First of all it is interesting to compute the theoretical value of the 1-year forward price F0 of = 80 × e(6%−2%)×1 Vodafone that is given by F0 = £83.30. As the theoretical forward price is higher than the strike price K, John has to pay a premium Forward price for the forward contract that is equal to the number of shares times the present value of the difference between the forward price and the strike price, as follows:

Forward price = 1, 000 × (F0 − K) × e−r T = 1, 000 × (83.30 − 82) × e−5%×1 = £1,224.00

At the end of the year, the forward contract entitles John to receive 1,000 shares of Vodafone at £82 with a market value equal to £86. Therefore, John makes a profit equal to 1, 000 × (86 − 82) = £4, 000 knowing that he paid £1,224 as a forward contract premium.

Futures :

A futures contract is an exchange-traded contract in which the holder has the obligation to buy an asset on a future date, referred to as the final settlement date, at a market-determined price called the futures price. The price of the asset on the final settlement date is called the settlement price. The contract specifications, including the quantity and quality of the asset as well as the time and place of delivery, are determined by the relevant exchange. The asset is most often a commodity, a stock or an index.
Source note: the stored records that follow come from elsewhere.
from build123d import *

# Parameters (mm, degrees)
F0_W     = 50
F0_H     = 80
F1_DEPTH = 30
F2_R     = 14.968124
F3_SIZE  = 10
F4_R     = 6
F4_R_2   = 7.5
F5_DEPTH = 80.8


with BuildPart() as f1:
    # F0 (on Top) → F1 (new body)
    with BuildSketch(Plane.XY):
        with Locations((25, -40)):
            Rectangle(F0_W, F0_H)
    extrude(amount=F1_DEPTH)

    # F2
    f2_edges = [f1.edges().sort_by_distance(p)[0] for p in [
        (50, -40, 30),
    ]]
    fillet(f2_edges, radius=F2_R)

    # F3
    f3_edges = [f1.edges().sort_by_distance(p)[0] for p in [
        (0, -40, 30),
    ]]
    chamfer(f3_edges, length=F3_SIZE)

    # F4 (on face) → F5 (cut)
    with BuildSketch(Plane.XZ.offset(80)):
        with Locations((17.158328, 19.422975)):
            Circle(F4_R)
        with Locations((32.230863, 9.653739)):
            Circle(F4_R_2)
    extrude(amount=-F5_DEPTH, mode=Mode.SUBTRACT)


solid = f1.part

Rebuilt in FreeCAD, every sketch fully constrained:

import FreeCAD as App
import Part
import Sketcher
from FreeCAD import Vector
Q = App.Units.Quantity


def edges_at(feature, points):
    """Names of the edges that pass closest to the given points."""
    edges = feature.Shape.Edges
    near = lambda p: min(range(len(edges)), key=lambda i: edges[i].distToShape(Part.Vertex(*p))[0])
    return sorted({f"Edge{near(p) + 1}" for p in points})

doc = App.newDocument("Part")
body = doc.addObject("PartDesign::Body", "Body")

# Sketch on XY plane
sketch1 = body.newObject("Sketcher::SketchObject", "Sketch")
sketch1.AttachmentSupport = (doc.getObject("XY_Plane"), [""])
sketch1.MapMode = "FlatFace"
sketch1.addGeometry(Part.LineSegment(Vector(0, 0, 0), Vector(0, -80, 0)), False)
sketch1.addGeometry(Part.LineSegment(Vector(0, -80, 0), Vector(50, -80, 0)), False)
sketch1.addGeometry(Part.LineSegment(Vector(50, -80, 0), Vector(50, 0, 0)), False)
sketch1.addGeometry(Part.LineSegment(Vector(50, 0, 0), Vector(0, 0, 0)), False)
sketch1.addConstraint(Sketcher.Constraint("Coincident", 0, 2, 1, 1))
sketch1.addConstraint(Sketcher.Constraint("Coincident", 1, 2, 2, 1))
sketch1.addConstraint(Sketcher.Constraint("Coincident", 2, 2, 3, 1))
sketch1.addConstraint(Sketcher.Constraint("Coincident", 3, 2, 0, 1))
sketch1.addConstraint(Sketcher.Constraint("Vertical", 0))
sketch1.addConstraint(Sketcher.Constraint("Horizontal", 1))
sketch1.addConstraint(Sketcher.Constraint("Vertical", 2))
sketch1.addConstraint(Sketcher.Constraint("Horizontal", 3))
sketch1.addConstraint(Sketcher.Constraint("Coincident", 3, 2, -1, 1))
sketch1.addConstraint(Sketcher.Constraint("DistanceX", 1, 1, 1, 2, Q("50 mm")))
sketch1.addConstraint(Sketcher.Constraint("DistanceY", 0, 2, 0, 1, Q("80 mm")))
pad1 = body.newObject("PartDesign::Pad", "Pad")
pad1.Profile = sketch1
pad1.Length = 30
doc.recompute()

fillet = body.newObject("PartDesign::Fillet", "Fillet")
fillet.Base = (pad1, edges_at(pad1, [(50, -40, 30)]))
fillet.Radius = 14.968124
doc.recompute()

chamfer = body.newObject("PartDesign::Chamfer", "Chamfer")
chamfer.Base = (fillet, edges_at(fillet, [(0, -40, 30)]))
chamfer.Size = 10

# Sketch on XZ plane
sketch2 = body.newObject("Sketcher::SketchObject", "Sketch001")
sketch2.AttachmentSupport = (doc.getObject("XZ_Plane"), [""])
sketch2.MapMode = "FlatFace"
sketch2.AttachmentOffset = App.Placement(Vector(0, 0, 80), App.Rotation())
sketch2.addGeometry(Part.Circle(Vector(17.158328, 19.422975, 0), Vector(0, 0, 1), 6), False)
sketch2.addGeometry(Part.Circle(Vector(32.230863, 9.653739, 0), Vector(0, 0, 1), 7.5), False)
sketch2.addConstraint(Sketcher.Constraint("Diameter", 0, Q("12 mm")))
sketch2.addConstraint(Sketcher.Constraint("Diameter", 1, Q("15 mm")))
sketch2.addConstraint(Sketcher.Constraint("DistanceX", -1, 1, 0, 3, Q("17.158328 mm")))
sketch2.addConstraint(Sketcher.Constraint("DistanceY", -1, 1, 1, 3, Q("9.653739 mm")))
sketch2.addConstraint(Sketcher.Constraint("DistanceY", -1, 1, 0, 3, Q("19.422975 mm")))
sketch2.addConstraint(Sketcher.Constraint("DistanceX", -1, 1, 1, 3, Q("32.230863 mm")))
pocket1 = body.newObject("PartDesign::Pocket", "Pocket")
pocket1.Profile = sketch2
pocket1.Length = 80.8

doc.recompute()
Stock market index futures are popular because they can be used for hedging against an existing equity position, or speculating on future movements of the asset.

Futures constitute a safer investment since the counterparty risk is (almost) totally eliminated. Indeed, the clearing house acts as a central counterparty between the buyer and the seller and also provides a mechanism of settlement based on margin calls. Futures are marked-to market (MTM) on a daily basis to the new futures price. This rebalancing mechanism forces the holders to update daily to an equivalent forward purchased that day. On the other hand, the benefits of having such standardized contracts are slightly offset by the lack of flexibility that one has when setting the terms of an OTC forward contract. The futures contract is marked to-market on a daily basis, and if the margin paid to the exchange drops below the margin maintenance required by the exchange, then a margin call will be issued and a payment made to keep the account at the required level. Margin payments offset some of the exchange’s risk to a customer’s default.

The quoted price of a futures contract is the futures price itself. The fair value of a future is equal to the cash price of the asset (the spot value of the asset) plus the costs of carry (the cost of holding the asset until the delivery date minus any income). When computing the fair value of futures on commodity, one should take into account the interest rates as well as storage and insurance fees to estimate the costs of carry.

As long as the deliverable asset is not in short supply, one may apply arbitrage arguments to determine the price of a future. When a futures contract trades above its fair value, a cash and carry arbitrage opportunity arises. The arbitrageur would immediately buy the asset at the spot price to hold it until the settlement date, and at the same time sell the future at the market’s futures price. At the delivery date, he would have made a profit equal to the difference between the market’s futures price and the theoretical fair value. Alternatively, a reverse cash and carry arbitrage opportunity occurs when the future is trading below its fair value. In this case, the arbitrageur makes a risk-free profit by short-selling the asset at the spot price and taking at the same time a long position in a futures contract at the market’s futures price. When the deliverable asset is not in plentiful supply, or has not yet been created (a corn harvest for example), the price of a future is determined by the instantaneous equilibrium between supply and demand for the asset in the future among the market participants who are buying and selling such contracts. The convenience yield is the adjustment to the cost of carry in the non-arbitrage pricing formula for a forward and it accounts for the fact that actually taking physical delivery of the asset is favorable for some investors.